Contractor Risk Management

OSHA's new injury and illness reporting requirements — what you need to know

Avetta Marketing
min read

One of the keys to staying safe and compliant is getting and staying ahead of the latest regulations. In a move towards greater transparency and accountability, the Occupational Safety and Health Administration (OSHA) has introduced new rules around the reporting of workplace injuries and illnesses. These new regulations, effective from the beginning of 2024, mandate electronic submission of OSHA Form 300 and 301 data, changing the way workplace incidents are documented and reported.

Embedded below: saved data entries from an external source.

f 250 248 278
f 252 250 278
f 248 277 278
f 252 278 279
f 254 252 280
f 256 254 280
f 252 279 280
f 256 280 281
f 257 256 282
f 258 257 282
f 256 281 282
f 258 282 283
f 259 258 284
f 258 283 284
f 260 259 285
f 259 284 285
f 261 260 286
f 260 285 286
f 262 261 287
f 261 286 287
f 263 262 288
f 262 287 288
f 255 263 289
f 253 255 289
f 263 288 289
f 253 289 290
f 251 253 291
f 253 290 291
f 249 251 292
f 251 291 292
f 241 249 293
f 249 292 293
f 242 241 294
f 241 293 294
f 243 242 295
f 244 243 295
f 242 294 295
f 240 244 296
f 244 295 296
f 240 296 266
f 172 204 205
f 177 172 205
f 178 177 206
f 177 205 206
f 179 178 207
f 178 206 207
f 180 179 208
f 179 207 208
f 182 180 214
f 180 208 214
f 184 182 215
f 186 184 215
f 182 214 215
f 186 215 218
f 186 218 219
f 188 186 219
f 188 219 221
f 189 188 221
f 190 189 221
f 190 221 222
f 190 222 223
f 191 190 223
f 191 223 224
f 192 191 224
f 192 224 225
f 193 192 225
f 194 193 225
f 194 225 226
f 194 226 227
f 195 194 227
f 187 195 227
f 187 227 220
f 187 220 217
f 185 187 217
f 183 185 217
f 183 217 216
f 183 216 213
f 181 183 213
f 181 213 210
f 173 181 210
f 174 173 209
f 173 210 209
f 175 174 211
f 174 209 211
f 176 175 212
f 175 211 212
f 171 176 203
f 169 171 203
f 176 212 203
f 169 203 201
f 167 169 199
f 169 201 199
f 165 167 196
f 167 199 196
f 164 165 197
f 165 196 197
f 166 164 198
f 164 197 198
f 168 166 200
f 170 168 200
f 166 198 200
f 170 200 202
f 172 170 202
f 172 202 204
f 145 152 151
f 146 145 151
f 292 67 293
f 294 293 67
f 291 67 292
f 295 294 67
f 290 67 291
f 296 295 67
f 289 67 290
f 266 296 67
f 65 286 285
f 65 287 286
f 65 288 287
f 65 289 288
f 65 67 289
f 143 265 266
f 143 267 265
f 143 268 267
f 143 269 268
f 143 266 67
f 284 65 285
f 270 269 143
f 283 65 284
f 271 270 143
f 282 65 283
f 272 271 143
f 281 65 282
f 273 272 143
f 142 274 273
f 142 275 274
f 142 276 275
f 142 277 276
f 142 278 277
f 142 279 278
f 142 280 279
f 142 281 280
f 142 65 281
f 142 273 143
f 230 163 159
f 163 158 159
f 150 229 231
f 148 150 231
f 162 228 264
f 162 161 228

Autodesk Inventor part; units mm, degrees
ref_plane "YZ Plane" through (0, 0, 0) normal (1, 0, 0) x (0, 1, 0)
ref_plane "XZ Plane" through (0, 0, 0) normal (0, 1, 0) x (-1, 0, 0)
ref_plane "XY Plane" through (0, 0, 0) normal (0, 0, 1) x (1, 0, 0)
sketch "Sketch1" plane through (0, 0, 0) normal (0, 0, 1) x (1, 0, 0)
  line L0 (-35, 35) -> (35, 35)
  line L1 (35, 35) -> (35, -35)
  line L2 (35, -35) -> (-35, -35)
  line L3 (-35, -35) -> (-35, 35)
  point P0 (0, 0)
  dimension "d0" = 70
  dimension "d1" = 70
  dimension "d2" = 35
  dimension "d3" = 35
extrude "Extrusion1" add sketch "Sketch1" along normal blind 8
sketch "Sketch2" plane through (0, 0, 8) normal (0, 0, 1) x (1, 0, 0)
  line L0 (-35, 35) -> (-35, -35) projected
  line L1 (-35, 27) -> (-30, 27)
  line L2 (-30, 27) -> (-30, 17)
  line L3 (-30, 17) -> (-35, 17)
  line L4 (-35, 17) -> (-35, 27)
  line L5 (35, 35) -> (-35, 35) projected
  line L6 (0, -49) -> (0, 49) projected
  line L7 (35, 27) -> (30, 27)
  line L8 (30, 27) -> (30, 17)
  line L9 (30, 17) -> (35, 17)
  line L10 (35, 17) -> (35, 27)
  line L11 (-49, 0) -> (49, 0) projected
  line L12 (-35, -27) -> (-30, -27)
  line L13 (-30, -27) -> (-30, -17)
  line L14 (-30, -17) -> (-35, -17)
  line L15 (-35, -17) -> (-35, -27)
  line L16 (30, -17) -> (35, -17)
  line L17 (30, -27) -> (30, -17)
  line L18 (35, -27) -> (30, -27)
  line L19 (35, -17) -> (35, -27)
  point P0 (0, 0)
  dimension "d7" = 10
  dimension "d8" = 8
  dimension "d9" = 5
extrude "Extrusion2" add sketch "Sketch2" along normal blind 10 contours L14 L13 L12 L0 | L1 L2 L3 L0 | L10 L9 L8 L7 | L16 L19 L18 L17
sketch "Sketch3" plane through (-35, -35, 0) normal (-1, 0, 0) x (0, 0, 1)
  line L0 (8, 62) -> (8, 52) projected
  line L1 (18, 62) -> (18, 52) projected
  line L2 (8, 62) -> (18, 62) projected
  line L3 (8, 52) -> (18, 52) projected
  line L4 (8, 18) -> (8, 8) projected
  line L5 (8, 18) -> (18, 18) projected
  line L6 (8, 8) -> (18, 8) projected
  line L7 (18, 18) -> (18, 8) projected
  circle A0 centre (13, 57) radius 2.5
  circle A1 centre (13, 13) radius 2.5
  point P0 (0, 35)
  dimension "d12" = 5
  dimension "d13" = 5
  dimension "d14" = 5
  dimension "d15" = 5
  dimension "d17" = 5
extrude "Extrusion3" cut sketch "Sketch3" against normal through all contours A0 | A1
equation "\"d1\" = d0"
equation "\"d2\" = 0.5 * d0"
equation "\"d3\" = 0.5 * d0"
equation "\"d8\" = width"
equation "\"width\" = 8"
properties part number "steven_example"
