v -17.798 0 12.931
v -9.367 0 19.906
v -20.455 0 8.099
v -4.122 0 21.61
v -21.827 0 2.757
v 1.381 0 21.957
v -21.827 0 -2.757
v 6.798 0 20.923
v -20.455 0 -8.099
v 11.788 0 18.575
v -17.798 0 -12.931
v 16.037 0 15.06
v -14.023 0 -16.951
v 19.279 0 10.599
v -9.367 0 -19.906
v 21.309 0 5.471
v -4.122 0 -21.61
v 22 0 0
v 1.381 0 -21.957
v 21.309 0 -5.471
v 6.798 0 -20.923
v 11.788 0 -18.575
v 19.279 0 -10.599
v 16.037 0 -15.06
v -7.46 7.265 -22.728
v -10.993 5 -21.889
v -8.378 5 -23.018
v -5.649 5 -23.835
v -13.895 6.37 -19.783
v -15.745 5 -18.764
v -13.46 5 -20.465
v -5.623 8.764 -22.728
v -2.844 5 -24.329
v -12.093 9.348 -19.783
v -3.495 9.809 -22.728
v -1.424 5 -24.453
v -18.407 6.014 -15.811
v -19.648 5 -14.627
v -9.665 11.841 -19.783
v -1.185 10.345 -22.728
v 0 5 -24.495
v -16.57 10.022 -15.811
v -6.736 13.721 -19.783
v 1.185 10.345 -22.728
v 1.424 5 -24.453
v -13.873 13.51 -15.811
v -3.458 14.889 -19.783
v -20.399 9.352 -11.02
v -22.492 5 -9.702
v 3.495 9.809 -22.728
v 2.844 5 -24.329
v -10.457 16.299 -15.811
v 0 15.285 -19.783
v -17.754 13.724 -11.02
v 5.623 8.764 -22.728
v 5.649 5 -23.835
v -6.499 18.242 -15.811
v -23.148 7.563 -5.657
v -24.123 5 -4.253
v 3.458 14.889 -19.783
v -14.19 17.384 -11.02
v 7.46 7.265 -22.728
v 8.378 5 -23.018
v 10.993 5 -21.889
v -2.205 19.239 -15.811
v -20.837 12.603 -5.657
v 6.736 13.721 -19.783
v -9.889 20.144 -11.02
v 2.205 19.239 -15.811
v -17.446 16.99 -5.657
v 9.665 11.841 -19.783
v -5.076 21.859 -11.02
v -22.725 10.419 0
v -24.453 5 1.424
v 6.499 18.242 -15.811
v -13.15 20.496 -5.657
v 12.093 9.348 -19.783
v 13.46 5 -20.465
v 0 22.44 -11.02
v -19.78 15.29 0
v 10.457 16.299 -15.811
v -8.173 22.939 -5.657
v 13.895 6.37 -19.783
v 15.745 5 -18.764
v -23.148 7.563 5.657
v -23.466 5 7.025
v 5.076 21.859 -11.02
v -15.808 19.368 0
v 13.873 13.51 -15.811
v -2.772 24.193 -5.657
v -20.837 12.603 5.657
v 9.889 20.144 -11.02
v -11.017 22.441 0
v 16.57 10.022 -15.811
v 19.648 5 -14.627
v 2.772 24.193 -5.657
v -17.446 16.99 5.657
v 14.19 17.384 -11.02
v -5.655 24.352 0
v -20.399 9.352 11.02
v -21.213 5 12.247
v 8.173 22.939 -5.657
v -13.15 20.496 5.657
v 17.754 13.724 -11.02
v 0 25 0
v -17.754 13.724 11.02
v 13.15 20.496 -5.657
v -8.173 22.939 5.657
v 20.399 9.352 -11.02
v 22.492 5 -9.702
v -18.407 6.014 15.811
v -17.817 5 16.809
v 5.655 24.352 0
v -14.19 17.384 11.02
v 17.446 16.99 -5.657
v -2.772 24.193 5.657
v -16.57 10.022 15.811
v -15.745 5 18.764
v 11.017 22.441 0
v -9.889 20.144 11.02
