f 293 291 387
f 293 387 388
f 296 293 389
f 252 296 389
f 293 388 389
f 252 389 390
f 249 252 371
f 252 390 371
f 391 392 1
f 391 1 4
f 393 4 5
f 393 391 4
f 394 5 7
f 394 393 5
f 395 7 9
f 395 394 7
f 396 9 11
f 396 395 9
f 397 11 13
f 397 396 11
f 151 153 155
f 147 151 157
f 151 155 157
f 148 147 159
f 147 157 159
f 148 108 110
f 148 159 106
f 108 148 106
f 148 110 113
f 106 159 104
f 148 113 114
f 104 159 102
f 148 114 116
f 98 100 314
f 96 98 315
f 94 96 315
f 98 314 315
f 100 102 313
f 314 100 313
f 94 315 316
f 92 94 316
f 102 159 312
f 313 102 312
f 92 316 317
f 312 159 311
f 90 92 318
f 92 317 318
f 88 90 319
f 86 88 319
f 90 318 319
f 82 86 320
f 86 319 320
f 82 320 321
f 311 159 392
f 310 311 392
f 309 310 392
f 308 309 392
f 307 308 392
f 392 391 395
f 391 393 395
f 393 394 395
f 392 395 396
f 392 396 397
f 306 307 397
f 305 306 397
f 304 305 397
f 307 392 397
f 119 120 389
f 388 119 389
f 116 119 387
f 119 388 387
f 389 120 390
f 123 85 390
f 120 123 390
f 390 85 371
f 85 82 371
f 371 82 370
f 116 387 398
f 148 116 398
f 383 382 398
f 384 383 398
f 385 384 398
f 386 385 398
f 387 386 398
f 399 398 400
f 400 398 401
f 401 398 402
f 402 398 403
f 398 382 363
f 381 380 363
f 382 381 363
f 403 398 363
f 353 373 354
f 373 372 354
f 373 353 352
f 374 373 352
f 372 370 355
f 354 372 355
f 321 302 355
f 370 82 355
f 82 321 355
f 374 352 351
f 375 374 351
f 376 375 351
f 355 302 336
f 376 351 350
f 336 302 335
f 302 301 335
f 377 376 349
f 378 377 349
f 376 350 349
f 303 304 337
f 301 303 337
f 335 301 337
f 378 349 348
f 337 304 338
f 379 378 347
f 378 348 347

The new requirements: A brief overview

Under the new regulations, establishments with 100 or more employees in designated high-hazard industries, as listed in the new requirements, must electronically submit detailed information about each recordable injury and illness. This includes specific details such as the date, physical location, and severity of the incident, information about the injured worker, and the circumstances surrounding the injury or illness.

Who needs to submit?

Establishments that had a peak employment of 100 or more employees during the previous calendar year, falling within the designated high-hazard industries, are required to comply with these new regulations. OSHA will provide an ITA Coverage Application to help establishments determine their compliance status. It's important to note that these requirements apply to establishments covered by Federal OSHA as well as establishments covered by states with their own occupational safety and health programs (State Plans).

Submission process and deadline

The data must be electronically submitted through OSHA's Injury Tracking Application (ITA). There are three methods for submission: using the webform on the ITA, submitting a CSV file, or employing an application programming interface (API) feed. The ITA will start accepting 2023 injury and illness data from January 2, 2024. The deadline for submission is March 2, 2024, and this requirement is annual, with subsequent deadlines falling on March 2 of each year.

Benefits of the new requirements

These new reporting requirements offer several benefits to both OSHA and various stakeholders within the workplace. For OSHA, access to establishment-specific, case-specific injury and illness data will enable the agency to identify specific hazards promptly. This direct interaction can lead to targeted enforcement and outreach activities, enhancing worker safety and health.

For interested parties, including employers, employees, customers, and the broader population, public access to this data allows for informed decisions about workplace safety and health. Researchers can identify patterns of injuries, illnesses, and hazardous conditions, leading to a safer working environment. OSHA emphasizes its commitment to protecting worker identities, employing various measures to ensure confidentiality while making substantial data available for analysis.

Conclusion

With these new regulations, OSHA is taking a significant step toward creating safer workplaces. By harnessing the power of detailed, case-specific data, OSHA aims to enhance workplace safety, foster transparency, and empower both employers and employees to make more informed decisions. Employers falling under the purview of these regulations must familiarize themselves with the new reporting requirements promptly to ensure compliance, contributing to a safer, healthier, and more transparent work environment for everyone involved.